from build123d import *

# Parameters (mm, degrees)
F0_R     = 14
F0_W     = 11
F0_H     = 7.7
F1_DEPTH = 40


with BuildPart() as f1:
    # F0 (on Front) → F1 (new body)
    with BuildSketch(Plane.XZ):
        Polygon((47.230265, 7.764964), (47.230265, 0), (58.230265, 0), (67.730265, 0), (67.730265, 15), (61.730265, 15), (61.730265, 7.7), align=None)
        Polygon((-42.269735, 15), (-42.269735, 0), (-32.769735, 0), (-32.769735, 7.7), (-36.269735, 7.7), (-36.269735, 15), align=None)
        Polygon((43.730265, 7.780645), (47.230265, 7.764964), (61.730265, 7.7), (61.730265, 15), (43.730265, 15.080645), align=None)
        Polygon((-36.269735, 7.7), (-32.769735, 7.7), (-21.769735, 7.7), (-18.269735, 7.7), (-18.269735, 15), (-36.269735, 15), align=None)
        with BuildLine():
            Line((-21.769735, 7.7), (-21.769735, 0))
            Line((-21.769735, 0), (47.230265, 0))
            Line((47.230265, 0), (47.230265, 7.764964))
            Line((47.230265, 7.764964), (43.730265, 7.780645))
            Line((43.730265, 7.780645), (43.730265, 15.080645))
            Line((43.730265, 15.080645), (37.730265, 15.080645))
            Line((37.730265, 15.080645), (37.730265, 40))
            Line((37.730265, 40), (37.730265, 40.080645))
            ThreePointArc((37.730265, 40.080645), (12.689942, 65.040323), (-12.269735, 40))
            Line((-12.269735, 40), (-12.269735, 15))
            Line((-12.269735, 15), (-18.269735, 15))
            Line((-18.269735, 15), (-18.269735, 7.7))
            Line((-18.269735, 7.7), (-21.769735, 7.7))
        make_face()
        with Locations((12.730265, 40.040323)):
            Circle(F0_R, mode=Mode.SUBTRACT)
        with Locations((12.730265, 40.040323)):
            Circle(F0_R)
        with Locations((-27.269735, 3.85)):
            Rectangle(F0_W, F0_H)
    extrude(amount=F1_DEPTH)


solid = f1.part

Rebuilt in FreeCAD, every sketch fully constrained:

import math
import FreeCAD as App
import Part
import Sketcher

V = App.Vector

doc = App.newDocument("Part")
params = doc.addObject("Spreadsheet::Sheet", "Params")
for row, (alias, value) in enumerate([
    ("sketch1_width", "6 mm"),
    ("sketch1_width2", "30 mm"),
    ("sketch1_width3", "110 mm"),
    ("sketch1_height", "15 mm"),
    ("sketch1_height2", "25 mm"),
    ("pad1_length", "40 mm"),
], start=1):
    params.set(f"A{row}", alias)
    params.set(f"B{row}", "=" + value)
    params.setAlias(f"B{row}", alias)

body = doc.addObject("PartDesign::Body", "Body")

# Sketch on XZ plane
sketch1 = body.newObject("Sketcher::SketchObject", "Sketch")
sketch1.AttachmentSupport = (doc.getObject("XZ_Plane"), [""])
sketch1.MapMode = "FlatFace"
sketch1.addGeometry(Part.LineSegment(V(67.730265, 0, 0), V(67.730265, 15, 0)), False)
sketch1.addGeometry(Part.LineSegment(V(67.730265, 15, 0), V(61.730265, 15, 0)), False)
sketch1.addGeometry(Part.LineSegment(V(61.730265, 15, 0), V(43.730265, 15.080645, 0)), False)
sketch1.addGeometry(Part.LineSegment(V(43.730265, 15.080645, 0), V(37.730265, 15.080645, 0)), False)
sketch1.addGeometry(Part.LineSegment(V(37.730265, 15.080645, 0), V(37.730265, 40.080645, 0)), False)
sketch1.addGeometry(Part.ArcOfCircle(Part.Circle(V(12.730265, 40.040323, 0), V(0, 0, 1), 25.000033), math.radians(0.092411), math.radians(180.092413)), False)
sketch1.addGeometry(Part.LineSegment(V(-12.269735, 40, 0), V(-12.269735, 15, 0)), False)
sketch1.addGeometry(Part.LineSegment(V(-12.269735, 15, 0), V(-42.269735, 15, 0)), False)
sketch1.addGeometry(Part.LineSegment(V(-42.269735, 15, 0), V(-42.269735, 0, 0)), False)
sketch1.addGeometry(Part.LineSegment(V(-42.269735, 0, 0), V(67.730265, 0, 0)), False)
sketch1.addConstraint(Sketcher.Constraint("Coincident", 0, 2, 1, 1))
sketch1.addConstraint(Sketcher.Constraint("Coincident", 1, 2, 2, 1))
sketch1.addConstraint(Sketcher.Constraint("Coincident", 2, 2, 3, 1))
sketch1.addConstraint(Sketcher.Constraint("Coincident", 3, 2, 4, 1))
sketch1.addConstraint(Sketcher.Constraint("Coincident", 4, 2, 5, 1))
sketch1.addConstraint(Sketcher.Constraint("Coincident", 5, 2, 6, 1))
sketch1.addConstraint(Sketcher.Constraint("Coincident", 6, 2, 7, 1))
sketch1.addConstraint(Sketcher.Constraint("Coincident", 7, 2, 8, 1))
sketch1.addConstraint(Sketcher.Constraint("Coincident", 8, 2, 9, 1))
sketch1.addConstraint(Sketcher.Constraint("Coincident", 9, 2, 0, 1))
sketch1.addConstraint(Sketcher.Constraint("Vertical", 0))
sketch1.addConstraint(Sketcher.Constraint("Horizontal", 1))
sketch1.addConstraint(Sketcher.Constraint("Horizontal", 3))
sketch1.addConstraint(Sketcher.Constraint("Vertical", 4))
sketch1.addConstraint(Sketcher.Constraint("Vertical", 6))
sketch1.addConstraint(Sketcher.Constraint("Horizontal", 7))
sketch1.addConstraint(Sketcher.Constraint("Vertical", 8))
sketch1.addConstraint(Sketcher.Constraint("Horizontal", 9))
sketch1.addConstraint(Sketcher.Constraint("PointOnObject", 8, 2, -1))
sketch1.addConstraint(Sketcher.Constraint("Horizontal", 1, 2, 6, 2))
sketch1.addConstraint(Sketcher.Constraint("Equal", 1, 3))
sketch1.addConstraint(Sketcher.Constraint("Equal", 4, 6))
sketch1.addConstraint(Sketcher.Constraint("DistanceX", 1, 2, 1, 1, 6.0))
sketch1.addConstraint(Sketcher.Constraint("DistanceX", 7, 2, 7, 1, 30.0))
sketch1.addConstraint(Sketcher.Constraint("DistanceX", 9, 1, 9, 2, 110.0))
sketch1.addConstraint(Sketcher.Constraint("DistanceY", 0, 1, 0, 2, 15.0))
sketch1.addConstraint(Sketcher.Constraint("DistanceY", 4, 1, 4, 2, 25.0))
sketch1.addConstraint(Sketcher.Constraint("DistanceX", 5, 3, 0, 2, 55.0))
sketch1.addConstraint(Sketcher.Constraint("DistanceX", 2, 2, 1, 2, 18.0))
sketch1.addConstraint(Sketcher.Constraint("DistanceY", 2, 2, 5, 3, 24.959678))
sketch1.addConstraint(Sketcher.Constraint("DistanceX", -1, 1, 5, 3, 12.730265))
sketch1.setExpression("Constraints[22]", "Params.sketch1_width")
sketch1.setExpression("Constraints[23]", "Params.sketch1_width2")
sketch1.setExpression("Constraints[24]", "Params.sketch1_width3")
sketch1.setExpression("Constraints[25]", "Params.sketch1_height")
sketch1.setExpression("Constraints[26]", "Params.sketch1_height2")
pad1 = body.newObject("PartDesign::Pad", "Pad")
pad1.Profile = sketch1
pad1.setExpression("Length", "Params.pad1_length")

doc.recompute()
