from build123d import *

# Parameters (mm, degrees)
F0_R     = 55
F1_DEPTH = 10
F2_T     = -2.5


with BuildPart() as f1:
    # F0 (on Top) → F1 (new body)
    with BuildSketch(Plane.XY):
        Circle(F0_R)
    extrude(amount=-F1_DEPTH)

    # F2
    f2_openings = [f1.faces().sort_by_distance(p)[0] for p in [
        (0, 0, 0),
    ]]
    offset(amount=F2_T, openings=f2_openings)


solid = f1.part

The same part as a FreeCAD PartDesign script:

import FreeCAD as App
import Part
import Sketcher


def faces_at(feature, points):
    """Names of the faces that lie closest to the given points."""
    faces = feature.Shape.Faces
    near = lambda p: min(range(len(faces)), key=lambda i: faces[i].distToShape(Part.Vertex(*p))[0])
    return sorted({f"Face{near(p) + 1}" for p in points})

doc = App.newDocument("Part")
params = doc.addObject("Spreadsheet::Sheet", "Params")
for row, (alias, value) in enumerate([
    ("sketch1_diameter", "110 mm"),
    ("pad1_length", "10 mm"),
    ("thickness_wall", "2.5 mm"),
], start=1):
    params.set(f"A{row}", alias)
    params.set(f"B{row}", "=" + value)
    params.setAlias(f"B{row}", alias)

body = doc.addObject("PartDesign::Body", "Body")

# Sketch on XY plane
sketch1 = body.newObject("Sketcher::SketchObject", "Sketch")
sketch1.AttachmentSupport = (doc.getObject("XY_Plane"), [""])
sketch1.MapMode = "FlatFace"
sketch1.addGeometry(Part.Circle(App.Vector(0, 0, 0), App.Vector(0, 0, 1), 55), False)
sketch1.addConstraint([
    Sketcher.Constraint("Coincident", 0, 3, -1, 1),
    Sketcher.Constraint("Diameter", 0, 110.0),
])
sketch1.setExpression("Constraints[1]", "Params.sketch1_diameter")
pad1 = body.newObject("PartDesign::Pad", "Pad")
pad1.Profile = sketch1
pad1.setExpression("Length", "Params.pad1_length")
pad1.Reversed = True
doc.recompute()

thickness = body.newObject("PartDesign::Thickness", "Thickness")
thickness.Base = (pad1, faces_at(pad1, [(0, 0, 0)]))
thickness.setExpression("Value", "Params.thickness_wall")
thickness.Reversed = True
thickness.Join = "Arc"

doc.recompute()
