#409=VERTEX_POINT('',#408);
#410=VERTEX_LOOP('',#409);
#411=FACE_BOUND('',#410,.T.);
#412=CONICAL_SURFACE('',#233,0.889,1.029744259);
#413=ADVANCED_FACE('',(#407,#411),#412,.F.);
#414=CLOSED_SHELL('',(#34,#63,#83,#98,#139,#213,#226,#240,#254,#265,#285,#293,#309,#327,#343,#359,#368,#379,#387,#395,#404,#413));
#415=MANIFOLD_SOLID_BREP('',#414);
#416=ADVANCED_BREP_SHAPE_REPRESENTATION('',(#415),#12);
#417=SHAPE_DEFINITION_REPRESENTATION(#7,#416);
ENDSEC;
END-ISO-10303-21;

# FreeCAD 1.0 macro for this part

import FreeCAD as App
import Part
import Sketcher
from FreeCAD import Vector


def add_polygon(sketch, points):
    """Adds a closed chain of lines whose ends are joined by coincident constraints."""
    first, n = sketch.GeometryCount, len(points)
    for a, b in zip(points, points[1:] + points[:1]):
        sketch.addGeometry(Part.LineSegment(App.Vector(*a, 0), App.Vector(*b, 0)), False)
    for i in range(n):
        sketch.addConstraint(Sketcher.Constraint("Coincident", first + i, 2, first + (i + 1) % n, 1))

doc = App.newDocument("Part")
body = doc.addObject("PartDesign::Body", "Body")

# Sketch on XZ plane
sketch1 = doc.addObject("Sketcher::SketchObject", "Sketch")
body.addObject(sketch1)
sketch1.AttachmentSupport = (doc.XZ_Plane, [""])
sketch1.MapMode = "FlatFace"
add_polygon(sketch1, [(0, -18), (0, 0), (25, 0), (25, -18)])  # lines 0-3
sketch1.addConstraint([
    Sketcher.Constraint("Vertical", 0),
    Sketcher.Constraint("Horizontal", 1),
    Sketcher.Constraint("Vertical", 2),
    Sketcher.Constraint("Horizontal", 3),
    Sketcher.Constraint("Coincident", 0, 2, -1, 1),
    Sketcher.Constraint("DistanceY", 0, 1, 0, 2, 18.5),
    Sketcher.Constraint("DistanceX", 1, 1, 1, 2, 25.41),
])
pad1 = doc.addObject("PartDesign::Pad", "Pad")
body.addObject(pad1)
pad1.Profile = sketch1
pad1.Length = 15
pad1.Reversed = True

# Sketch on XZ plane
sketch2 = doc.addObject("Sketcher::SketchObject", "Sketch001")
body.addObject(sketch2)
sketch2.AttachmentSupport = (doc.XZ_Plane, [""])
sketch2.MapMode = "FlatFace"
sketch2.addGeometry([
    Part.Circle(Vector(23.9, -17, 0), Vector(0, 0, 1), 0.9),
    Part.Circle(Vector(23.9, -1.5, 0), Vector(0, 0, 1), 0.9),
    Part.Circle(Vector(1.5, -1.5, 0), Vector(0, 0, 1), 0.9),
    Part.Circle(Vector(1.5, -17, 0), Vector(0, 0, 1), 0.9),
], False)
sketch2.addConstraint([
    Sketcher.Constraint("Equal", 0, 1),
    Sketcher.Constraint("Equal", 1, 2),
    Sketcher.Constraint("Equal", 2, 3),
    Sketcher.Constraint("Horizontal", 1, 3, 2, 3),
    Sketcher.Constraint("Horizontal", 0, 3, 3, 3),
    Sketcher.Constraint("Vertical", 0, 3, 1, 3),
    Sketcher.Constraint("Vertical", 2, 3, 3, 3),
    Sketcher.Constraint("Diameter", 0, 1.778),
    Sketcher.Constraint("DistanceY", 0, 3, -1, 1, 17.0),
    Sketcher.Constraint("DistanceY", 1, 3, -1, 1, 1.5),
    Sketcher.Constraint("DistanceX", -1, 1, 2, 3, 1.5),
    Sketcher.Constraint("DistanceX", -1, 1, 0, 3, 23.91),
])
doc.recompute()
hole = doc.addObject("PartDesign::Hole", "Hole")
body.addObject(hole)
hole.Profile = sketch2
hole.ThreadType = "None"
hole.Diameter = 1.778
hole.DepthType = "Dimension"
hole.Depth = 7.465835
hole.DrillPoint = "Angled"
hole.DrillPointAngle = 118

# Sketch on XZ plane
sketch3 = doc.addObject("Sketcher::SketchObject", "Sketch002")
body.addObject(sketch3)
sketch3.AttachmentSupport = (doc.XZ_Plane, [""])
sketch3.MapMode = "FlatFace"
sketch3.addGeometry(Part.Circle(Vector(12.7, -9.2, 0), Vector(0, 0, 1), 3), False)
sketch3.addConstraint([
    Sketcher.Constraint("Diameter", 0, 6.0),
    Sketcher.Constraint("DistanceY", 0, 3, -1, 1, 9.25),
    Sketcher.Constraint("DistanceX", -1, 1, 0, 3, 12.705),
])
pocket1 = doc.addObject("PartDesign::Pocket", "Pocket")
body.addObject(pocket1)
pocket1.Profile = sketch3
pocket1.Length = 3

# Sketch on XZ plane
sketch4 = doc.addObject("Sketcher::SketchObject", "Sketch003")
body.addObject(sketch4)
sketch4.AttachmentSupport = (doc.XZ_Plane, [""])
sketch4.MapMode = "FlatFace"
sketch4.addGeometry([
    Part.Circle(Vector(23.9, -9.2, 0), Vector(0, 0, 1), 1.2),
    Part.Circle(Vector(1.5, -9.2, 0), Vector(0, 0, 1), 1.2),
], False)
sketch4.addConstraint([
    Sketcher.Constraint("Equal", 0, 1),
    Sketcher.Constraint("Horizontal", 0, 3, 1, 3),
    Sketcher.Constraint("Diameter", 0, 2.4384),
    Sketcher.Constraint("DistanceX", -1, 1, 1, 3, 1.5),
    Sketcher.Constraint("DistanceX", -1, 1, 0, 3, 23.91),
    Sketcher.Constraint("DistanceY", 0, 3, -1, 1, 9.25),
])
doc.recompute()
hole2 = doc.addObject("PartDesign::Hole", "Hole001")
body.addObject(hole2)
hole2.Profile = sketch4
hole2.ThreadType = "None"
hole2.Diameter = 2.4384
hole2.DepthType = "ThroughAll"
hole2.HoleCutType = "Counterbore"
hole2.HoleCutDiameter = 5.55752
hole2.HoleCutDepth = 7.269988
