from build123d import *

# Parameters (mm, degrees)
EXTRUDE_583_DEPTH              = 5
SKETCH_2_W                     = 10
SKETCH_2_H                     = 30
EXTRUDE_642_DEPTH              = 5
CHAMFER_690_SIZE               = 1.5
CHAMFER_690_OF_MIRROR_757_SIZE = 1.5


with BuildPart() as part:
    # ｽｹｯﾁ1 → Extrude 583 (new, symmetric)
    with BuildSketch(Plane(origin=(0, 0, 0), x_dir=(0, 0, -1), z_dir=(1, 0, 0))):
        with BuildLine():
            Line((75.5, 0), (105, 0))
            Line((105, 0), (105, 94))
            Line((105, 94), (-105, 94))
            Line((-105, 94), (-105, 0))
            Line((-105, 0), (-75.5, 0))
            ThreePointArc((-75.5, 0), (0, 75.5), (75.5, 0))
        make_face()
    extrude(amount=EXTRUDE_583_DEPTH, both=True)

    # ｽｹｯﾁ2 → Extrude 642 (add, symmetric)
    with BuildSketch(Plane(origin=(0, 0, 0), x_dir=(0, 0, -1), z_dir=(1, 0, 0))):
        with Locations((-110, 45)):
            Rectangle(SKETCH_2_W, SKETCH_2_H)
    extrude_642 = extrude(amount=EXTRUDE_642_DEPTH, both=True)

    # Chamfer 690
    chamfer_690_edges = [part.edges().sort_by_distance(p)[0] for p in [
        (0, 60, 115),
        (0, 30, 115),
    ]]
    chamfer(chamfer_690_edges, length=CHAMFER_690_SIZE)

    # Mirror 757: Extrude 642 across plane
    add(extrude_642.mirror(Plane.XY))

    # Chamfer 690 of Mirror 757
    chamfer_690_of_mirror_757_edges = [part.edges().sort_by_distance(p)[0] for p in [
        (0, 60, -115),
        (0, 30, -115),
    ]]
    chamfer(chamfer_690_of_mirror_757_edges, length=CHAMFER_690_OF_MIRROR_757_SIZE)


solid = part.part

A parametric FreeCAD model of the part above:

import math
import FreeCAD as App
import Part
import Sketcher
from FreeCAD import Vector


def edges_at(feature, points):
    """Names of the edges that pass closest to the given points."""
    edges = feature.Shape.Edges
    near = lambda p: min(range(len(edges)), key=lambda i: edges[i].distToShape(Part.Vertex(*p))[0])
    return sorted({f"Edge{near(p) + 1}" for p in points})


def add_polygon(sketch, points):
    """Adds a closed chain of lines whose ends are joined by coincident constraints."""
    first, n = sketch.GeometryCount, len(points)
    for a, b in zip(points, points[1:] + points[:1]):
        sketch.addGeometry(Part.LineSegment(App.Vector(*a, 0), App.Vector(*b, 0)), False)
    for i in range(n):
        sketch.addConstraint(Sketcher.Constraint("Coincident", first + i, 2, first + (i + 1) % n, 1))

doc = App.newDocument("Part")
body = doc.addObject("PartDesign::Body", "Body")

# Sketch on YZ plane
sketch1 = body.newObject("Sketcher::SketchObject", "Sketch")
sketch1.AttachmentSupport = (doc.getObject("YZ_Plane"), [""])
sketch1.MapMode = "FlatFace"
sketch1.addGeometry([
    Part.LineSegment(Vector(0, -76, 0), Vector(0, -105, 0)),  # 0
    Part.LineSegment(Vector(0, -105, 0), Vector(94, -105, 0)),  # 1
    Part.LineSegment(Vector(94, -105, 0), Vector(94, 105, 0)),  # 2
    Part.LineSegment(Vector(94, 105, 0), Vector(0, 105, 0)),  # 3
    Part.LineSegment(Vector(0, 105, 0), Vector(0, 76, 0)),  # 4
    Part.ArcOfCircle(Part.Circle(Vector(0, 0, 0), Vector(0, 0, 1), 76), math.radians(-90), math.radians(90)),  # 5
], False)
sketch1.addConstraint([
    Sketcher.Constraint("Coincident", 0, 2, 1, 1),
    Sketcher.Constraint("Coincident", 1, 2, 2, 1),
    Sketcher.Constraint("Coincident", 2, 2, 3, 1),
    Sketcher.Constraint("Coincident", 3, 2, 4, 1),
    Sketcher.Constraint("Coincident", 4, 2, 5, 2),
    Sketcher.Constraint("Coincident", 5, 1, 0, 1),
    Sketcher.Constraint("Vertical", 0),
    Sketcher.Constraint("Horizontal", 1),
    Sketcher.Constraint("Vertical", 2),
    Sketcher.Constraint("Horizontal", 3),
    Sketcher.Constraint("Vertical", 4),
    Sketcher.Constraint("Coincident", 5, 3, -1, 1),
    Sketcher.Constraint("Symmetric", 0, 2, 3, 2, -1, 1),
    Sketcher.Constraint("PointOnObject", 0, 2, -2),
    Sketcher.Constraint("Radius", 5, 75.5),
    Sketcher.Constraint("DistanceX", 1, 1, 1, 2, 94.0),
    Sketcher.Constraint("DistanceY", 2, 1, 2, 2, 210.0),
])
pad1 = body.newObject("PartDesign::Pad", "Pad")
pad1.Profile = sketch1
pad1.Length = 10
pad1.Midplane = True

# Sketch on YZ plane
sketch2 = body.newObject("Sketcher::SketchObject", "Sketch001")
sketch2.AttachmentSupport = (doc.getObject("YZ_Plane"), [""])
sketch2.MapMode = "FlatFace"
add_polygon(sketch2, [(60, 115), (30, 115), (30, 105), (60, 105)])  # lines 0-3
sketch2.addConstraint([
    Sketcher.Constraint("Horizontal", 0),
    Sketcher.Constraint("Vertical", 1),
    Sketcher.Constraint("Horizontal", 2),
    Sketcher.Constraint("Vertical", 3),
    Sketcher.Constraint("DistanceX", 0, 2, 0, 1, 30.0),
    Sketcher.Constraint("DistanceY", 1, 2, 1, 1, 10.0),
    Sketcher.Constraint("DistanceX", -1, 1, 0, 2, 30.0),
    Sketcher.Constraint("DistanceY", -1, 1, 0, 2, 115.0),
])
pad2 = body.newObject("PartDesign::Pad", "Pad001")
pad2.Profile = sketch2
pad2.Length = 10
pad2.Midplane = True
doc.recompute()

chamfer = body.newObject("PartDesign::Chamfer", "Chamfer")
chamfer.Base = (pad2, edges_at(pad2, [(0, 60, 115), (0, 30, 115)]))
chamfer.Size = 1.5
doc.recompute()

mirrored = body.newObject("PartDesign::Mirrored", "Mirrored")
mirrored.Originals = [pad2]
mirrored.MirrorPlane = (doc.getObject("XY_Plane"), [""])
body.Tip = mirrored
doc.recompute()

chamfer2 = body.newObject("PartDesign::Chamfer", "Chamfer001")
chamfer2.Base = (mirrored, edges_at(mirrored, [(0, 60, -115), (0, 30, -115)]))
chamfer2.Size = 1.5

doc.recompute()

★ ★ ★

From the records above, pull out each line that has "both".

    extrude(amount=EXTRUDE_583_DEPTH, both=True)
    extrude_642 = extrude(amount=EXTRUDE_642_DEPTH, both=True)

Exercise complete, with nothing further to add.